Continuous latent VAE
- Posterior: $q_\phi(z \mid x) = \mathcal{N}(\mu_\phi(x), \operatorname{diag}(\sigma_\phi(x)^2)).$
- Prior: standard Gaussian $p(z) = \mathcal{N}(0, I).$
- Objective: $L_\mathrm{cont}(x) = \mathbb{E}_{q_\phi(z \mid x)}[\mathrm{MSE}(x, \hat{x}(z))] + \beta \mathrm{KL}(q_\phi(z \mid x) \,\|\, p(z)).$
- Reported history/summary metrics: loss, recon, kl, linear_probe_accuracy.

Metric definitions

recon: mean squared reconstruction error.
kl: KL divergence term in the objective.
nmi: normalized mutual information between predicted and true modes (discrete).
clustering_accuracy: permutation-invariant label alignment accuracy $\max_{\pi \in S_K} \frac{1}{N} \sum_{i} \mathbf{1}[\pi(\hat{z}_i) = z_i].$
linear_probe_accuracy: holdout linear classifier accuracy from continuous latent means to true modes.

Experimental Setup

Category	Parameter	Value
Dataset	Components ( $K$ )	3
Dataset	Dimension ( $d$ )	2
Dataset	Samples per sweep point ( $N$ )	240
Dataset	Component std	0.7
Dataset	Component separation	4.0
Dataset	Mixture weights	None (uniform default)
Training	Epochs	20
Training	Batch size	64
Training	Hidden dim	32
Training	Latent dim (continuous)	2
Training	Optimizer	Adam
Training	Learning rate	$10^{-3}$
Sweep	$\beta$ grid	$\{0.10, 0.25, 0.50, 1.00, 2.00, 5.00\}$
Reproducibility	Seed	17
Reproducibility	Device	`cpu`
Outputs	Artifact root	`path:experiments/gaussian_mixture/demos/artifacts/exp1_gaussian_mixture_high_density-larger-beta-sweep`

Quantitative results

Discrete latent summary

$\beta$	NMI	Acc	Recon	KL final
0.10	0.762	0.729	6.488	1.020
0.25	0.762	0.729	6.548	0.895
0.50	0.735	0.717	6.679	0.670
1.00	0.720	0.704	7.103	0.359
2.00	0.720	0.704	7.788	0.035
5.00	0.690	0.700	7.901	0.001

Continuous latent summary

$\beta$	Probe Acc	Recon	KL final	Mean radius
0.10	1.000	3.272	5.125	2.935
0.25	1.000	3.521	3.482	2.451
0.50	1.000	3.909	2.477	2.062
1.00	1.000	4.895	1.322	1.533
2.00	1.000	6.505	0.421	0.875
5.00	0.979	7.827	0.047	0.271

Figures

Caption: Discrete training history metrics across beta.

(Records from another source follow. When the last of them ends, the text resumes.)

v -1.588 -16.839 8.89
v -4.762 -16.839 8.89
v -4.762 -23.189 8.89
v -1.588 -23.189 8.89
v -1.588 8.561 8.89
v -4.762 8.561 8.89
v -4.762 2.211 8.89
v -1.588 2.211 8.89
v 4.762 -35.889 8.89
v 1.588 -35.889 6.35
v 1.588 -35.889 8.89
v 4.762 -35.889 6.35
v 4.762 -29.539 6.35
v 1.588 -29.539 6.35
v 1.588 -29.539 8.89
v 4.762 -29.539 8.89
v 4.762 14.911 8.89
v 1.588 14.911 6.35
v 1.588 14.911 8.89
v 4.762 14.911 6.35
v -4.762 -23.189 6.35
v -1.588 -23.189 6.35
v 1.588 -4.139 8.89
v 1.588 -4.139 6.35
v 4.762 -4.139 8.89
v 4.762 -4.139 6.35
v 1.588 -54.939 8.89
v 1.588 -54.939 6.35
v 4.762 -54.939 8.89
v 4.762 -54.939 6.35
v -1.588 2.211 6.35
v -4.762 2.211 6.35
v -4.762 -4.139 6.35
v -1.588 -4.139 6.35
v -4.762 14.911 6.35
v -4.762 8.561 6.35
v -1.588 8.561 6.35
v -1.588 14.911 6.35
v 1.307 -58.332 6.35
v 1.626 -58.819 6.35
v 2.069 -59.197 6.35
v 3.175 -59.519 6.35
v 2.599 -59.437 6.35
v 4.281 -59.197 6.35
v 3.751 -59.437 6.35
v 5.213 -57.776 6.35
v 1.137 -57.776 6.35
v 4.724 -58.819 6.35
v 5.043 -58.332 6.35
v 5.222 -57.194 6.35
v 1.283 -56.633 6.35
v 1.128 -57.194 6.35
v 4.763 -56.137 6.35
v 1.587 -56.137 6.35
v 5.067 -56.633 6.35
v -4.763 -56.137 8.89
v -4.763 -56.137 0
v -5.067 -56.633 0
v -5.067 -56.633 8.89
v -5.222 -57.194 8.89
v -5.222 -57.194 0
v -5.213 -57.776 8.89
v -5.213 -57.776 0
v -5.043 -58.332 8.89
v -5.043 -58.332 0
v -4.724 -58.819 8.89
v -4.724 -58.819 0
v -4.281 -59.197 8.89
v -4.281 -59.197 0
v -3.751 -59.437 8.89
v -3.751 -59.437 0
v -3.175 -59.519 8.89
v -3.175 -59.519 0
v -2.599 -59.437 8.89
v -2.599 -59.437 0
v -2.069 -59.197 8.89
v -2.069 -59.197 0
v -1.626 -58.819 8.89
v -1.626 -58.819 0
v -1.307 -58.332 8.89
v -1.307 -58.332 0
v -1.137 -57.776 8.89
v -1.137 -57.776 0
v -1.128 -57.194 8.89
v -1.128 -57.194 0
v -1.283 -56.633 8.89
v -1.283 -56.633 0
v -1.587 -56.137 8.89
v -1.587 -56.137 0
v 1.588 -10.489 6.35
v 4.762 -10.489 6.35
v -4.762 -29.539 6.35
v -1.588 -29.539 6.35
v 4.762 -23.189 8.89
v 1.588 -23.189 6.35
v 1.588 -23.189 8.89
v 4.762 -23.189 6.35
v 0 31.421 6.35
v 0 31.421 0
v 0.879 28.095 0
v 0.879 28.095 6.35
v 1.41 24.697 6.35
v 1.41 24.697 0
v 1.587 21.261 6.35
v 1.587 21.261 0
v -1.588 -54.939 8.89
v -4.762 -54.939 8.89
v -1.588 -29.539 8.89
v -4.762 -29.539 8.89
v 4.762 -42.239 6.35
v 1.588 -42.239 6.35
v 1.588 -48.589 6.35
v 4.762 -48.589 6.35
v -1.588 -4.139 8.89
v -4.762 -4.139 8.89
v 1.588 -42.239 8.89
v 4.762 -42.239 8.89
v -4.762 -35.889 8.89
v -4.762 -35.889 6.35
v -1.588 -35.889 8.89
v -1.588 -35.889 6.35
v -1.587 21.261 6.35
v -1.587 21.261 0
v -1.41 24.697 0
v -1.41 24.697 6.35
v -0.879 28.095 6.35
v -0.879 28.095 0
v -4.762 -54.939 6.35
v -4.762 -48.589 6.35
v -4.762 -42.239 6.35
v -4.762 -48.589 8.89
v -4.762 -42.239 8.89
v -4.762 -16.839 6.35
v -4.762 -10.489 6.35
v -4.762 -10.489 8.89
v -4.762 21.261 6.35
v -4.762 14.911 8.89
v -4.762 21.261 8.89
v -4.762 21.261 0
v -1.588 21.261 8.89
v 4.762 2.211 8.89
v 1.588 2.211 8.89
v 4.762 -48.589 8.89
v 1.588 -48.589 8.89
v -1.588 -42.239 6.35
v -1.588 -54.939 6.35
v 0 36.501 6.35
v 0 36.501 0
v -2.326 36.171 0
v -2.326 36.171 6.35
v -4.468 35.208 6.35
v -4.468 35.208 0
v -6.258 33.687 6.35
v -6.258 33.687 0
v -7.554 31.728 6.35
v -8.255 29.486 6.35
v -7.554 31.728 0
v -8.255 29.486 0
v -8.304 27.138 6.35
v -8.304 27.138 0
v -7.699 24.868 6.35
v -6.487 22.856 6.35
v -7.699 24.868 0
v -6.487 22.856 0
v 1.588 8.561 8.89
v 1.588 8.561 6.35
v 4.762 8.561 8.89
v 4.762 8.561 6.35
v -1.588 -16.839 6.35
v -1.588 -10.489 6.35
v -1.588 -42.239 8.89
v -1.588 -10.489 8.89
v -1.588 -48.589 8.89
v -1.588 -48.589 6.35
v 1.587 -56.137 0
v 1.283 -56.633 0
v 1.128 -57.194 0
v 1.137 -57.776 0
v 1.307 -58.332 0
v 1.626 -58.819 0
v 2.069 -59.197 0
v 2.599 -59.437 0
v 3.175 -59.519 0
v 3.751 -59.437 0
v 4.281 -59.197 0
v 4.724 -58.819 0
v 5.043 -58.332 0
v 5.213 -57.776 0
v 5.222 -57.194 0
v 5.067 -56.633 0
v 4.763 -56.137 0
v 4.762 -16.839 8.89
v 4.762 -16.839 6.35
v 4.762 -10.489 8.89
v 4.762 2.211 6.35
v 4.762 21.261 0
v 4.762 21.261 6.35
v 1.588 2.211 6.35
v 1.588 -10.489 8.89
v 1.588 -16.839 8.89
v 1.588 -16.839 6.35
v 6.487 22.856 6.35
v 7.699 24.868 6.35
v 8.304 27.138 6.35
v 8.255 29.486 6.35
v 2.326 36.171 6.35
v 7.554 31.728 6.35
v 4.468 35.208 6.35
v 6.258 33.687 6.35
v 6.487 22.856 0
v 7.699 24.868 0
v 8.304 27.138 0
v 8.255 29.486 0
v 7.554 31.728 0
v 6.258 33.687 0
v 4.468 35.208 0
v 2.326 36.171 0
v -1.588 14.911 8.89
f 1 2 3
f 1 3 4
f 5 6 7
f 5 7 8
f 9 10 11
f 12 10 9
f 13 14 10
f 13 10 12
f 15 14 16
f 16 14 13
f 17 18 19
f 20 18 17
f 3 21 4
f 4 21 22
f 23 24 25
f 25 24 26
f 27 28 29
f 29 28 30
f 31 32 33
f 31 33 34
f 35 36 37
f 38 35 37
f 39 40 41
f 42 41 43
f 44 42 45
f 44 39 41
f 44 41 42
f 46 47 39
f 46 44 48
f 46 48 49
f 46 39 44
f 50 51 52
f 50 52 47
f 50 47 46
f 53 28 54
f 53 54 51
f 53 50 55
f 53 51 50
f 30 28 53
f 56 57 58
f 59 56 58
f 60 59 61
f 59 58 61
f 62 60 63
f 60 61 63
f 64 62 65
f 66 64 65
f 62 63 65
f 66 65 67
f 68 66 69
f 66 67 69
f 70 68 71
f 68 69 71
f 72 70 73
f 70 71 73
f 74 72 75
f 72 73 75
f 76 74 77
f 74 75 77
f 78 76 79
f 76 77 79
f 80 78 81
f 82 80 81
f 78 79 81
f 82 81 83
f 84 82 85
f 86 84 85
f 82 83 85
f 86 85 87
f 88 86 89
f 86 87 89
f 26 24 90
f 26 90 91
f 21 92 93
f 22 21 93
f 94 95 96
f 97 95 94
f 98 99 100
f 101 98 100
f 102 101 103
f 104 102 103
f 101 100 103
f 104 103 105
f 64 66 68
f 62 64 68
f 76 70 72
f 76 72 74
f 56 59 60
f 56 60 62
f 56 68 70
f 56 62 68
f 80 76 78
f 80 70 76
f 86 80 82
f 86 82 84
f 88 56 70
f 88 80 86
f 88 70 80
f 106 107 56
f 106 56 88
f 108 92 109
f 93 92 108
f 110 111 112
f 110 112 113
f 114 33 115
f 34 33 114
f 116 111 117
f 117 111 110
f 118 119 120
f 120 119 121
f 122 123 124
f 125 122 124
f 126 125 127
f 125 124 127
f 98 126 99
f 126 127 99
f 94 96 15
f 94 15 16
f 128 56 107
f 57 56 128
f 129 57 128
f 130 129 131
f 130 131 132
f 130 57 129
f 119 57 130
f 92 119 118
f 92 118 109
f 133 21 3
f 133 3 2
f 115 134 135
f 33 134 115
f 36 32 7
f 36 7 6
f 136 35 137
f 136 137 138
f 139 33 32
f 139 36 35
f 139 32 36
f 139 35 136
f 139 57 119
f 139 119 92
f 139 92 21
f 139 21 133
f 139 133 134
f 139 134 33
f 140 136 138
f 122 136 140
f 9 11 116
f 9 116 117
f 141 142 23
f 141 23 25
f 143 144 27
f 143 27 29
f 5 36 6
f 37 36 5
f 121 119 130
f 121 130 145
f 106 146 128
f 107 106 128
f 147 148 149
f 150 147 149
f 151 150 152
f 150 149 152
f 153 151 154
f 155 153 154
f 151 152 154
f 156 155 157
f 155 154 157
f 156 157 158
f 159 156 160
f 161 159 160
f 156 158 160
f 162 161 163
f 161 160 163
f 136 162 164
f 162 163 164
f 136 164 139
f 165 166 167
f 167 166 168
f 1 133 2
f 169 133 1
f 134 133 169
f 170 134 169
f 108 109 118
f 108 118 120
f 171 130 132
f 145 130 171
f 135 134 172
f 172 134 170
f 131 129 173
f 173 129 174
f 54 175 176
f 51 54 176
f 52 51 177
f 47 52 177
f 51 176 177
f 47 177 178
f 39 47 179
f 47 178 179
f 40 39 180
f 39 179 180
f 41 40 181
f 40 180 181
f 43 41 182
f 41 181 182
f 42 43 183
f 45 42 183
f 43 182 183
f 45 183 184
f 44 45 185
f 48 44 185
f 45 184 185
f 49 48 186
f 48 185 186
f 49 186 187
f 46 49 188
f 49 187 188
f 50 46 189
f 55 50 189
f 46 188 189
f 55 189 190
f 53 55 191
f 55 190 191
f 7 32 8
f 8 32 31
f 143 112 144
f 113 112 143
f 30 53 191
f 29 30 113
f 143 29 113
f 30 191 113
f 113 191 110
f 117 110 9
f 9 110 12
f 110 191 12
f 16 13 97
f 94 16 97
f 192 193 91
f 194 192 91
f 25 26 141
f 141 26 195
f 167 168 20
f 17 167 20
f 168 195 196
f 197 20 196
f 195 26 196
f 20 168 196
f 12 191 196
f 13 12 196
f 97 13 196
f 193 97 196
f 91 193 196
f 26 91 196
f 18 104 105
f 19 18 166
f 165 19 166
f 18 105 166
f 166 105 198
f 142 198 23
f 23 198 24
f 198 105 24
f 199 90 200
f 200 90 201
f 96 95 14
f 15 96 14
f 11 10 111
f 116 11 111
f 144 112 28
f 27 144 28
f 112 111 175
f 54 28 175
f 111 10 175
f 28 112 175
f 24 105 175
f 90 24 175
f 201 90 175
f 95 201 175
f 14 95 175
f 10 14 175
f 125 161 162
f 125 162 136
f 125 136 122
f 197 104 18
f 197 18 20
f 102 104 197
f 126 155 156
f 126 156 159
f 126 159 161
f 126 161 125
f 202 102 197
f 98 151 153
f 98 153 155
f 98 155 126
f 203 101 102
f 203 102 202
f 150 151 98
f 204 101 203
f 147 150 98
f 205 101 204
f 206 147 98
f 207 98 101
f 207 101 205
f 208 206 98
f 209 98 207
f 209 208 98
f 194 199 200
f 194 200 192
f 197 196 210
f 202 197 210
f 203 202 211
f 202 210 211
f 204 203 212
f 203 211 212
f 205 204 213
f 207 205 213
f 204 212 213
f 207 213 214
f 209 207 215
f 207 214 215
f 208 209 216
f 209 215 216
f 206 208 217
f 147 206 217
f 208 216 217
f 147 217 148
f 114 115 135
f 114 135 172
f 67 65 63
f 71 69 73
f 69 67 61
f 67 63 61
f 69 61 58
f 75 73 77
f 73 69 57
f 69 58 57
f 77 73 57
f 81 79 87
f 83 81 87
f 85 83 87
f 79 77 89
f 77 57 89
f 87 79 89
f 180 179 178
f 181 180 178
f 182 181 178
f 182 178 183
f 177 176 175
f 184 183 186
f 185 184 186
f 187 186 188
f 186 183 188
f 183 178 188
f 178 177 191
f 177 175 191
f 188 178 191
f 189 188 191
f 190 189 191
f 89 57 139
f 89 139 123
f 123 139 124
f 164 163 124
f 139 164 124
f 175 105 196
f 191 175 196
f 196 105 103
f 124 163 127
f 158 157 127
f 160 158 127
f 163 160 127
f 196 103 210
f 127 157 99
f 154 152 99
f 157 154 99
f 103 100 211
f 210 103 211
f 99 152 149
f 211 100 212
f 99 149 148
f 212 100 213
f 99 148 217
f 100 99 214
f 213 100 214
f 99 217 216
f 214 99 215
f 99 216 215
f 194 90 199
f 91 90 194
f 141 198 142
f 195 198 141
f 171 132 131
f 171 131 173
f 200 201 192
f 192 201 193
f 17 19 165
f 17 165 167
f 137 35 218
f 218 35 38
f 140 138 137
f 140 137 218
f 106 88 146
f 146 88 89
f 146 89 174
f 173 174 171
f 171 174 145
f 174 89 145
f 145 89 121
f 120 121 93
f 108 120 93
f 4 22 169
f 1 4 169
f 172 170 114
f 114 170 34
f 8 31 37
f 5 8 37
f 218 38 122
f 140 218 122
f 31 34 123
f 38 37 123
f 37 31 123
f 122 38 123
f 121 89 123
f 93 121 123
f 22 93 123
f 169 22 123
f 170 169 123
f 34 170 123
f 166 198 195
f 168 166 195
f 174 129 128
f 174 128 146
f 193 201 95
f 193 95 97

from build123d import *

# Parameters (mm, degrees)
F1_DEPTH = 6.35
F2_W     = 3.175
F2_H     = 6.35
F2_H_2   = 6.349999
F2_H_3   = 6.350001
F3_DEPTH = 2.54


with BuildPart() as f1:
    # F0 (on Top) → F1 (new body)
    with BuildSketch(Plane.XY):
        with BuildLine():
            Line((0, 36.501117), (0, 31.421117))
            ThreePointArc((0, 31.421117), (1.188232, 26.402755), (1.5875, 21.261117))
            Line((1.5875, 21.261117), (1.5875, -56.137312))
            ThreePointArc((1.5875, -56.137312), (3.175, -59.518786), (4.7625, -56.137312))
            Line((4.7625, -56.137312), (4.7625, 21.261117))
            ThreePointArc((4.7625, 21.261117), (7.983405, 30.631791), (0, 36.501117))
        make_face()
        with BuildLine():
            ThreePointArc((-1.5875, 21.261117), (-1.188232, 26.402755), (0, 31.421117))
            Line((0, 31.421117), (0, 36.501117))
            ThreePointArc((0, 36.501117), (-7.983405, 30.631791), (-4.7625, 21.261117))
            Line((-4.7625, 21.261117), (-4.7625, -56.137312))
            ThreePointArc((-4.7625, -56.137312), (-3.175, -59.518786), (-1.5875, -56.137312))
            Line((-1.5875, -56.137312), (-1.5875, 21.261117))
        make_face()
    extrude(amount=F1_DEPTH)

    # F2 (on face) → F3 (join)
    with BuildSketch(Plane.XY.offset(6.35)):
        with Locations((-3.175, 18.086117)):
            Rectangle(F2_W, F2_H)
        with Locations((3.175, 11.736117)):
            Rectangle(F2_W, F2_H)
        with Locations((-3.175, 5.386117)):
            Rectangle(F2_W, F2_H)
        with Locations((3.175, -0.963883)):
            Rectangle(F2_W, F2_H)
        with Locations((-3.175, -7.313883)):
            Rectangle(F2_W, F2_H)
        with Locations((3.175, -13.663883)):
            Rectangle(F2_W, F2_H)
        with Locations((-3.175, -20.013883)):
            Rectangle(F2_W, F2_H)
        with Locations((3.175, -26.363883)):
            Rectangle(F2_W, F2_H)
        with Locations((-3.175, -32.713883)):
            Rectangle(F2_W, F2_H)
        with Locations((3.175, -39.063883)):
            Rectangle(F2_W, F2_H)
        with Locations((-3.175, -45.413882)):
            Rectangle(F2_W, F2_H_2)
        with Locations((3.175, -51.763882)):
            Rectangle(F2_W, F2_H_3)
        with BuildLine():
            Line((-1.5875, -56.137312), (-1.5875, -54.938883))
            Line((-1.5875, -54.938883), (-4.7625, -54.938883))
            Line((-4.7625, -54.938883), (-4.7625, -56.137312))
            ThreePointArc((-4.7625, -56.137312), (-3.175, -59.518786), (-1.5875, -56.137312))
        make_face()
    extrude(amount=F3_DEPTH)


solid = f1.part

Caption: Continuous training history metrics across beta.

Caption: Discrete metric heatmap and confusion matrices.

Reconstruction versus KL tradeoff across latent type and beta. Caption: Reconstruction vs KL tradeoff across latent type and beta.

Key takeaways

Discrete mode recovery (NMI/accuracy) is strongest at lower beta, while KL pressure increases reconstruction cost as beta grows.
Continuous latents remain highly linearly predictive of true modes across the sweep (probe accuracy ~1.0 except slight drop at beta=5.0).
Larger beta compresses continuous latent geometry (mean radius drops from 2.935 to 0.271), consistent with stronger prior matching.